Drei Premieren zum Auftakt

Neue Ära am Schauspielhaus Graz

Mit dieser Saison hat Anna Badora die Leitung des Schauspielhauses Graz übernommen. Neben dem Klassiker "Medea" stehen noch zwei Uraufführungen auf ihrem ersten Spielplan. In allen drei Stücke geht es um den Umgang mit dem "Fremden".

"Man muss immer wieder über den Tellerrand gucken."

Am Schauspielhaus Graz ist eine neue Ära angebrochen. Mit dieser Spielzeit hat Anna Badora die Leitung des Hauses übernommen und gleich mit drei Premieren einen "Paukenschlag" gesetzt: eine eigene Inszenierung, Grillparzers "Medea" im Großen Haus, die Uraufführung des Stückes "Ostmark" von Andrzej Stasiuk auf der Probebühne und die Uraufführung von "Tzap-Tzarap" von Nicoleta Esinencu auf der Ebene 3.

Mit diesen drei Premieren hat Anna Badora sozusagen ihre Visitenkarte für das Grazer Publikum abgegeben. Im Interview mit Maria Rennhofer spricht Anna Badora über ihre Pläne für die kommenden fünf Jahre ihrer Intendanz.
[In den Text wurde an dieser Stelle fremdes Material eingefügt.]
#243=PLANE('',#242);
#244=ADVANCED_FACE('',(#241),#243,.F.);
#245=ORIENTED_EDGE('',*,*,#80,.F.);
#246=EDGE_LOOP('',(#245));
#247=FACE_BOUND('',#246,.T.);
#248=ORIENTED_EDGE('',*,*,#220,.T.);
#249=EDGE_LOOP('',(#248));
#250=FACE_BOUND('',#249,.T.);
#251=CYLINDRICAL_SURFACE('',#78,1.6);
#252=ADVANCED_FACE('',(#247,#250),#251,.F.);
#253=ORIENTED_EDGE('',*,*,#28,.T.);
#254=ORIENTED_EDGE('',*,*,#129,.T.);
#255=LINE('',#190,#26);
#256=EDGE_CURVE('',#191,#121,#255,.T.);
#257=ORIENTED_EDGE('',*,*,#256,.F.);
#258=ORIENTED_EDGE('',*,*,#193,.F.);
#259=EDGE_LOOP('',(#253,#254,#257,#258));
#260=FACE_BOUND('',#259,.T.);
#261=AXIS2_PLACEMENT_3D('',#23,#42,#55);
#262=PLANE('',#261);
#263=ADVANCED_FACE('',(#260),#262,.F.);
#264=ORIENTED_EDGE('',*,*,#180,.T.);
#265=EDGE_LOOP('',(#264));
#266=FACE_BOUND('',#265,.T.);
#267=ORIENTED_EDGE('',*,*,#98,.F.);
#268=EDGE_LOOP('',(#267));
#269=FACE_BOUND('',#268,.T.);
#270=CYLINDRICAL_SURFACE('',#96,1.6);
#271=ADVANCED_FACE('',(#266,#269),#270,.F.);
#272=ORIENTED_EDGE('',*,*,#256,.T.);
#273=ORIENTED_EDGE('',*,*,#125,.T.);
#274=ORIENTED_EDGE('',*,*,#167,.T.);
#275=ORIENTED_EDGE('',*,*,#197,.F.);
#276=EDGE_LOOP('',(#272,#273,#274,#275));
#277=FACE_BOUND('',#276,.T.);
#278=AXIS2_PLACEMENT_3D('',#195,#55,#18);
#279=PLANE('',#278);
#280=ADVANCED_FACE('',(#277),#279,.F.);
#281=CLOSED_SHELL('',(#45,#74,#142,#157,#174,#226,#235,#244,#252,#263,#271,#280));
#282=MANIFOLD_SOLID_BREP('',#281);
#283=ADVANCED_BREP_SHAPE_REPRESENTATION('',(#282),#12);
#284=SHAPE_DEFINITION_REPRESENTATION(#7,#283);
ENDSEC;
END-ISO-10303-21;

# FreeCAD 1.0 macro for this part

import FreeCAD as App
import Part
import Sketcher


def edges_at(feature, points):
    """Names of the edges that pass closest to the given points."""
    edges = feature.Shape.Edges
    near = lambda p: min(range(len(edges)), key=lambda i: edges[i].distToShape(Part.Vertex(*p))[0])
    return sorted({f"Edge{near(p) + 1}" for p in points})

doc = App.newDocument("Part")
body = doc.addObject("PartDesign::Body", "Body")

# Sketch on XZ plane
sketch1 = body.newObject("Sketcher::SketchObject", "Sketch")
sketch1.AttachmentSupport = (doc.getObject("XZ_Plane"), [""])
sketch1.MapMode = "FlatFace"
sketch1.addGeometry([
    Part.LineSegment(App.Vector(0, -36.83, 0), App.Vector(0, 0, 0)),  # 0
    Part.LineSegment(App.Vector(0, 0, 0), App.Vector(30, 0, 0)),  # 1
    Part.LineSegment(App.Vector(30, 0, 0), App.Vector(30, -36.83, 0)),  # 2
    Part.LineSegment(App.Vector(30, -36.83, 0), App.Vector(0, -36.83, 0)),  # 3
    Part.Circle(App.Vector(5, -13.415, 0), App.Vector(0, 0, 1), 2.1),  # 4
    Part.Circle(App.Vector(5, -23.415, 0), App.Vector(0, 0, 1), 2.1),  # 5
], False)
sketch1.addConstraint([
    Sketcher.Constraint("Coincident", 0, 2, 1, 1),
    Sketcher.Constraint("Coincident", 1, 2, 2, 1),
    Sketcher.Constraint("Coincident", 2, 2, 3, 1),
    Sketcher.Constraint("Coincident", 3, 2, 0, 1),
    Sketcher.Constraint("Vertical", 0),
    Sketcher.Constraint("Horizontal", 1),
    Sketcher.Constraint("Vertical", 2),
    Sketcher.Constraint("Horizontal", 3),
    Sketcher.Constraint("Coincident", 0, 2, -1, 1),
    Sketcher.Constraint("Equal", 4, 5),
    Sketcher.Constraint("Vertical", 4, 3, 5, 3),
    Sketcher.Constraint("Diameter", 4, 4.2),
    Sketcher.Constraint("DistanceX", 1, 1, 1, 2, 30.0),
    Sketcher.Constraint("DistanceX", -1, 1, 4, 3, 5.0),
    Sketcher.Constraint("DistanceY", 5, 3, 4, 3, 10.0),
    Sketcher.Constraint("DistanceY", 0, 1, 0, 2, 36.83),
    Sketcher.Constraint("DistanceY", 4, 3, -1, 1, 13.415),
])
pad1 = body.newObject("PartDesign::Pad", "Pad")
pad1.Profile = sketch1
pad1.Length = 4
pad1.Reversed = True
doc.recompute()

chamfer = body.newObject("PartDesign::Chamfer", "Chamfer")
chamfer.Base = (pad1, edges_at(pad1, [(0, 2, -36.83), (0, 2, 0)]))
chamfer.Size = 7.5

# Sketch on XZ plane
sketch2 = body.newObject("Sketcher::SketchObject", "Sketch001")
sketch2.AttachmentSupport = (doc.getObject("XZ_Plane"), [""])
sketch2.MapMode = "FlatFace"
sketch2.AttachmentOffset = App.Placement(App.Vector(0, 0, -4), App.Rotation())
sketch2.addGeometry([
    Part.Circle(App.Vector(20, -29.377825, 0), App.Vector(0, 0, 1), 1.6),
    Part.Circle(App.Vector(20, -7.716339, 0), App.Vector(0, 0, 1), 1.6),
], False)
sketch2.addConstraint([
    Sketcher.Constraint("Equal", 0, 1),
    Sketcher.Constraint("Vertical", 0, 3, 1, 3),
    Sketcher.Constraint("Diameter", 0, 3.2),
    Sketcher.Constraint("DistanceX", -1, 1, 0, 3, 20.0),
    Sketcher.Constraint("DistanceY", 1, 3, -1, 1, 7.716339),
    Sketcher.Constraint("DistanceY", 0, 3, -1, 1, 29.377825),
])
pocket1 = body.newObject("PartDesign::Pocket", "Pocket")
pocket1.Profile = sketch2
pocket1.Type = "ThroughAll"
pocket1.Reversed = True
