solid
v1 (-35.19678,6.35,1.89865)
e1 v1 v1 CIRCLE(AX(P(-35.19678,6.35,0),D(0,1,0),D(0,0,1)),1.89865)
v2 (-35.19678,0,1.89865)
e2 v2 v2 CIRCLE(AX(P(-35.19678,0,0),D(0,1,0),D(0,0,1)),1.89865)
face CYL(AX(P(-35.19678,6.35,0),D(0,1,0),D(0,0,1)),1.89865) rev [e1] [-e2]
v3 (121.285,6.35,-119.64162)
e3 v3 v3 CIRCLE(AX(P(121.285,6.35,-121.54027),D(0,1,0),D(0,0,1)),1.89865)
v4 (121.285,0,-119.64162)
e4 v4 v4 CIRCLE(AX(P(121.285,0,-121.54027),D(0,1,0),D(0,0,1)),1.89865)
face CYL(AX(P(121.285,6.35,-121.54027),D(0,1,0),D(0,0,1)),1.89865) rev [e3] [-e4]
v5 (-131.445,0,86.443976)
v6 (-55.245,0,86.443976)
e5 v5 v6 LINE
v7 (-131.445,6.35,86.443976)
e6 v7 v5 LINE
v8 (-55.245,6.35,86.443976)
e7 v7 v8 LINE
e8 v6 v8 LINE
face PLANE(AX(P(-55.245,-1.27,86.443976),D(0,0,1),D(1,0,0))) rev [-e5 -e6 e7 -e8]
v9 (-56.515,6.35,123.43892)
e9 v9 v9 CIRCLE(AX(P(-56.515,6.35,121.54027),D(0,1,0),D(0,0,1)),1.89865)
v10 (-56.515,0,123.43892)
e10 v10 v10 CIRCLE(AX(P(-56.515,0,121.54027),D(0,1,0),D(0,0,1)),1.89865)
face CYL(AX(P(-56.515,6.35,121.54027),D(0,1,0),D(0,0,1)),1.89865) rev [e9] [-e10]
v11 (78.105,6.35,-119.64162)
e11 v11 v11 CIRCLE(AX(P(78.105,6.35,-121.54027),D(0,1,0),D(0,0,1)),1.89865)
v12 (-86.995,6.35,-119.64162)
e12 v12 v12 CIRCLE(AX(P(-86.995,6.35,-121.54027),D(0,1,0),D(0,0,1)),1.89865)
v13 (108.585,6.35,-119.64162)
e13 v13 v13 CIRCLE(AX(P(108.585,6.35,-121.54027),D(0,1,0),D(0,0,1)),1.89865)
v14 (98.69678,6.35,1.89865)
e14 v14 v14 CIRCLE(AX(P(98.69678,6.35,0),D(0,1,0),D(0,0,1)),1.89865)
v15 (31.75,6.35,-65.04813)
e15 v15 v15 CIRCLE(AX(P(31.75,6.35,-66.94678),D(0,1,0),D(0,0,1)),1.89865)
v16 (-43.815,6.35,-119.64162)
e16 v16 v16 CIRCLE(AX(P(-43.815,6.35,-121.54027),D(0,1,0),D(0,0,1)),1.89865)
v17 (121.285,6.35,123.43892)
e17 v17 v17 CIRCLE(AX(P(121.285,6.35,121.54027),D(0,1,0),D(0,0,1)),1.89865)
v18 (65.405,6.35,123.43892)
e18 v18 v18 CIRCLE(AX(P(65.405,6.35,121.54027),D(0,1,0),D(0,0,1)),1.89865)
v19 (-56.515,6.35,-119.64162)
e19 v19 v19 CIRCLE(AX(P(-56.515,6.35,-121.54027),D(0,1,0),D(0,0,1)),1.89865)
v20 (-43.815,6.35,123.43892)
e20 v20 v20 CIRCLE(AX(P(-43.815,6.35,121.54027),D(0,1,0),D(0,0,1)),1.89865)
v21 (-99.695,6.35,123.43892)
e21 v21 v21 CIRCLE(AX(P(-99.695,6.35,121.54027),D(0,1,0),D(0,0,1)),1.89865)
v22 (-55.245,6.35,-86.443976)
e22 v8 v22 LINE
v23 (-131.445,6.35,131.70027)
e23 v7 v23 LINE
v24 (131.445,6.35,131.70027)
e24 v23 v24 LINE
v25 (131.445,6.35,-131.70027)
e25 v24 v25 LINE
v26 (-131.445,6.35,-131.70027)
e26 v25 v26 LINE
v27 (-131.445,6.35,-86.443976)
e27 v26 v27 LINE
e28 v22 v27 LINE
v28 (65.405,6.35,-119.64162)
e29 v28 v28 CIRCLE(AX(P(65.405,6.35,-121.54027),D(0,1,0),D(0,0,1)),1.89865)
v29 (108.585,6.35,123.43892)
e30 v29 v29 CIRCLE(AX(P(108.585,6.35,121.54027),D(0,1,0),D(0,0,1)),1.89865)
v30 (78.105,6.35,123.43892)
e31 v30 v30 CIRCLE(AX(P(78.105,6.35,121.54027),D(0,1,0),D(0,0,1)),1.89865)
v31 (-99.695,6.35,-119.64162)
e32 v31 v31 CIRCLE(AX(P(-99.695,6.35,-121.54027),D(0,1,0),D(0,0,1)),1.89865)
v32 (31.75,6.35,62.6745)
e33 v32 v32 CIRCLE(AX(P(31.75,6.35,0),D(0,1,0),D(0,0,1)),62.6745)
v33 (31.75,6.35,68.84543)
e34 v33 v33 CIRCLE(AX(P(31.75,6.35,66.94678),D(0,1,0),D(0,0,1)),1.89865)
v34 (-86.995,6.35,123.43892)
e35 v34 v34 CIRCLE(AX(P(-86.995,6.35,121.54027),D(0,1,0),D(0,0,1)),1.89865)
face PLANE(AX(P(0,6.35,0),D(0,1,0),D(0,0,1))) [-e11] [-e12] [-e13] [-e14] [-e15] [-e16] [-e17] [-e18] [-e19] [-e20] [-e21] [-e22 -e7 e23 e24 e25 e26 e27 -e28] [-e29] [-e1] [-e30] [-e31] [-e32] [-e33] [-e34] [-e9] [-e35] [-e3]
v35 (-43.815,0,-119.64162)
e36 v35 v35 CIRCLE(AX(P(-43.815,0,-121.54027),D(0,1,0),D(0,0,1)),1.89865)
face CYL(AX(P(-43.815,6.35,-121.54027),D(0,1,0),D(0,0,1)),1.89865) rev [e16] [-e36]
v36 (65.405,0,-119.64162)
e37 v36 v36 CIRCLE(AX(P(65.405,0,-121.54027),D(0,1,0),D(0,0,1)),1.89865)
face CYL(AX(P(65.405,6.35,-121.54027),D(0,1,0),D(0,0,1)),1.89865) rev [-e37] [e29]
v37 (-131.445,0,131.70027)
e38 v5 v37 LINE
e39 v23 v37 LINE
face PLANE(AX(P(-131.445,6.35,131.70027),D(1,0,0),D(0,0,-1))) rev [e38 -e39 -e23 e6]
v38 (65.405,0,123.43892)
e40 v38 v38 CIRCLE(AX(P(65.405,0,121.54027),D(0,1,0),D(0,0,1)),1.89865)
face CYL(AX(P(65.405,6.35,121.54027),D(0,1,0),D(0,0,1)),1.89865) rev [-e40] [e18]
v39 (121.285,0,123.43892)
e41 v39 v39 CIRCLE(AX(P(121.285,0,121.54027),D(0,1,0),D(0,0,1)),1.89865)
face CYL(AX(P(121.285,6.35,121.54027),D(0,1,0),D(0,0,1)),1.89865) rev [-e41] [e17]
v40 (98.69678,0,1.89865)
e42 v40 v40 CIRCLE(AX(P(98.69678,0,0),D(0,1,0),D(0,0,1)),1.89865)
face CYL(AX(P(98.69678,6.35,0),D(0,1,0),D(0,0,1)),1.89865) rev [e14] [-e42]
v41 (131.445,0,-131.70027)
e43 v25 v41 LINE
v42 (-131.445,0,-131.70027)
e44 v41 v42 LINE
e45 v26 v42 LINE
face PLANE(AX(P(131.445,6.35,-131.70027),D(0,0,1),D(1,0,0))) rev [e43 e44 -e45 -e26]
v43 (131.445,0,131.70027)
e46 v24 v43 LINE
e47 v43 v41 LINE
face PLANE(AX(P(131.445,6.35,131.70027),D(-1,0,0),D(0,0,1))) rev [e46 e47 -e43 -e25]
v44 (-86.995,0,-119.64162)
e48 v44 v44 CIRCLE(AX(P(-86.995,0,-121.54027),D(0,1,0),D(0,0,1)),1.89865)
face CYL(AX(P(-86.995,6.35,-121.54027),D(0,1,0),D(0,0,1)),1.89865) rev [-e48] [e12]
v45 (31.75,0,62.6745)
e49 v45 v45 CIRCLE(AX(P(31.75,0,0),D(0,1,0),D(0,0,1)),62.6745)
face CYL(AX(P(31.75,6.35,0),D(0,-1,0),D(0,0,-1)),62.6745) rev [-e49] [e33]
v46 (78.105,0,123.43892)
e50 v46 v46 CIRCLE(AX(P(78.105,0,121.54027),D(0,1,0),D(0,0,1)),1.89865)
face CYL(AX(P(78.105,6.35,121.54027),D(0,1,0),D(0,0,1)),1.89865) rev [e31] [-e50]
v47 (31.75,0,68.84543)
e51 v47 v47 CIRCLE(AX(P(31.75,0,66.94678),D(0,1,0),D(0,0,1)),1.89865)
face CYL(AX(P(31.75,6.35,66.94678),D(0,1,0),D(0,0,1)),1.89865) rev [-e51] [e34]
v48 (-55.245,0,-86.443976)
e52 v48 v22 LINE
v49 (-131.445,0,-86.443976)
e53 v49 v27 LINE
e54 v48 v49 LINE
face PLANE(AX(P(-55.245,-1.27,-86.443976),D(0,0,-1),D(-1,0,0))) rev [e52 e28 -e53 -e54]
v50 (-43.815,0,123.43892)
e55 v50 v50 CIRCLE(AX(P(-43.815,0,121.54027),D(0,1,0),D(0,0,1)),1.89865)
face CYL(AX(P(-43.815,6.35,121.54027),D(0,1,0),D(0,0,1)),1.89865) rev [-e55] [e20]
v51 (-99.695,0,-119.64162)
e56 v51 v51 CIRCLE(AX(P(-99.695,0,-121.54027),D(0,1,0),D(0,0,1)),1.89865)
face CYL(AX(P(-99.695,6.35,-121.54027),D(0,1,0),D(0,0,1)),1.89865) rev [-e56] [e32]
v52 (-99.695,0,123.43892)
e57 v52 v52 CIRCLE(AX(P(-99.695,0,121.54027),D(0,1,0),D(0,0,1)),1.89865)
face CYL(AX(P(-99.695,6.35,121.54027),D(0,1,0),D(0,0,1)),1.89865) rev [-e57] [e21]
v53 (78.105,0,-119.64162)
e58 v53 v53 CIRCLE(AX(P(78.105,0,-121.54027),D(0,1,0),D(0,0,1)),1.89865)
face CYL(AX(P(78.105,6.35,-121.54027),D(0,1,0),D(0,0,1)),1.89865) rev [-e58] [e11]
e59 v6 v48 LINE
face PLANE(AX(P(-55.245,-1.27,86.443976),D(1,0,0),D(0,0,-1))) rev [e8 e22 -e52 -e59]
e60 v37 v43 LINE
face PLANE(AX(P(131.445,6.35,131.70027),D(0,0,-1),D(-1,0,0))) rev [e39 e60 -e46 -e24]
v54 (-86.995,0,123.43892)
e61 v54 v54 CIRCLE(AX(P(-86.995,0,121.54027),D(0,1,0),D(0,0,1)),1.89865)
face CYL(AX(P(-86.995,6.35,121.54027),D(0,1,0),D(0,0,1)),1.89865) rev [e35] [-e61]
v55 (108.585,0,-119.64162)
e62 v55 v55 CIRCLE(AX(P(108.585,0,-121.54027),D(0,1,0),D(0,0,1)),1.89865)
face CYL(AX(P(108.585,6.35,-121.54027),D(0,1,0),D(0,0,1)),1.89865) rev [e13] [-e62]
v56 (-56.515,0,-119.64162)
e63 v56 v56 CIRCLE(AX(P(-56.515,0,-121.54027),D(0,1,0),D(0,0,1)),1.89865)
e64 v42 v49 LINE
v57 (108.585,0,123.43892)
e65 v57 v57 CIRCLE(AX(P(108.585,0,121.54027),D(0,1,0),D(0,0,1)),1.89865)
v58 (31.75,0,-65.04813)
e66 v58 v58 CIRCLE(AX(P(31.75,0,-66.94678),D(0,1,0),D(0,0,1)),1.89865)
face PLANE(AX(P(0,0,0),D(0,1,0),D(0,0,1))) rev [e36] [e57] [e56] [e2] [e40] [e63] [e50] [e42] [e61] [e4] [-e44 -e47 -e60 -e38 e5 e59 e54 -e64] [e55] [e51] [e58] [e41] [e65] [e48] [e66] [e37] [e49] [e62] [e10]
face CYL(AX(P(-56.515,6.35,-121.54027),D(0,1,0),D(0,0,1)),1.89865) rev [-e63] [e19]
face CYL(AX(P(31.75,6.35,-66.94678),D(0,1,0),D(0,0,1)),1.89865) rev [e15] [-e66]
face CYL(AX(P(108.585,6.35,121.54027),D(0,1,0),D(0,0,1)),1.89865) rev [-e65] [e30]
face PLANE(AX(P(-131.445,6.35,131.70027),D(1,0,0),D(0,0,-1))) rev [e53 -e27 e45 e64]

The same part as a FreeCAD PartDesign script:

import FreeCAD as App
import Part
import Sketcher

V = App.Vector
Q = App.Units.Quantity

doc = App.newDocument("Part")
body = doc.addObject("PartDesign::Body", "Body")

# Sketch on XZ plane
sketch1 = doc.addObject("Sketcher::SketchObject", "Sketch")
body.addObject(sketch1)
sketch1.AttachmentSupport = (doc.XZ_Plane, [""])
sketch1.MapMode = "FlatFace"
sketch1.addGeometry([
    Part.LineSegment(V(-131, -132, 0), V(-131, 132, 0)),  # 0
    Part.LineSegment(V(-131, 132, 0), V(131, 132, 0)),  # 1
    Part.LineSegment(V(131, 132, 0), V(131, -132, 0)),  # 2
    Part.LineSegment(V(131, -132, 0), V(-131, -132, 0)),  # 3
    Part.Circle(V(32, 0, 0), V(0, 0, 1), 63),  # 4
], False)
sketch1.addConstraint([
    Sketcher.Constraint("Coincident", 0, 2, 1, 1),
    Sketcher.Constraint("Coincident", 1, 2, 2, 1),
    Sketcher.Constraint("Coincident", 2, 2, 3, 1),
    Sketcher.Constraint("Coincident", 3, 2, 0, 1),
    Sketcher.Constraint("Vertical", 0),
    Sketcher.Constraint("Horizontal", 1),
    Sketcher.Constraint("Vertical", 2),
    Sketcher.Constraint("Horizontal", 3),
    Sketcher.Constraint("Symmetric", 0, 2, 2, 2, -1, 1),
    Sketcher.Constraint("PointOnObject", 4, 3, -1),
    Sketcher.Constraint("Diameter", 4, Q("4.935 in")),
    Sketcher.Constraint("DistanceX", 1, 1, 1, 2, Q("10.35 in")),
    Sketcher.Constraint("DistanceX", -1, 1, 4, 3, Q("1.25 in")),
    Sketcher.Constraint("DistanceY", 0, 1, 0, 2, Q("10.3701 in")),
])
pad1 = doc.addObject("PartDesign::Pad", "Pad")
body.addObject(pad1)
pad1.Profile = sketch1
pad1.Length = Q("0.25 in")
pad1.Reversed = True

# Sketch on XZ plane
sketch2 = doc.addObject("Sketcher::SketchObject", "Sketch001")
body.addObject(sketch2)
sketch2.AttachmentSupport = (doc.XZ_Plane, [""])
sketch2.MapMode = "FlatFace"
sketch2.AttachmentOffset = App.Placement(V(0, 0, -0.25 * 25.4), App.Rotation())
sketch2.addGeometry([
    Part.Circle(V(31.8, -66.9, 0), V(0, 0, 1), 1.9),
    Part.Circle(V(-35.2, 0, 0), V(0, 0, 1), 1.9),
    Part.Circle(V(98.7, 0, 0), V(0, 0, 1), 1.9),
    Part.Circle(V(31.8, 66.9, 0), V(0, 0, 1), 1.9),
], False)
sketch2.addConstraint([
    Sketcher.Constraint("Equal", 0, 1),
    Sketcher.Constraint("Equal", 1, 2),
    Sketcher.Constraint("Equal", 2, 3),
    Sketcher.Constraint("Symmetric", 0, 3, 3, 3, -1),
    Sketcher.Constraint("PointOnObject", 1, 3, -1),
    Sketcher.Constraint("PointOnObject", 2, 3, -1),
    Sketcher.Constraint("Diameter", 0, Q("0.1495 in")),
    Sketcher.Constraint("DistanceX", -1, 1, 0, 3, Q("1.25 in")),
    Sketcher.Constraint("DistanceY", 0, 3, -1, 1, Q("2.6357 in")),
    Sketcher.Constraint("DistanceX", 1, 3, -1, 1, Q("1.3857 in")),
    Sketcher.Constraint("DistanceX", -1, 1, 2, 3, Q("3.8857 in")),
])
doc.recompute()
hole = doc.addObject("PartDesign::Hole", "Hole")
body.addObject(hole)
hole.Profile = sketch2
hole.ThreadType = "None"
hole.Diameter = Q("0.1495 in")
hole.DepthType = "ThroughAll"
hole.Reversed = True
Maria Rennhofer: Frau Badora, sind die drei Premieren Richtung weisend ist für das, was Sie in den nächsten fünf Jahren in Graz vorhaben?
Anna Badora: Natürlich spiegeln sich schon in der Auswahl dieser Stücke unsere Absichten in Bezug auf die Theaterarbeit in Graz. In allen drei Stücken geht es um den Umgang mit dem Fremden, in dem Stück von Stasiuk sogar um die Gastarbeiterproblematik, aber keines der Stück ist von vornherein ein realistisches, sozialpolitisches Stück. Wir suchten auch nach tollen poetischen Formen, sowohl in der Auswahl der Texte wie in unserer eigenen Arbeit.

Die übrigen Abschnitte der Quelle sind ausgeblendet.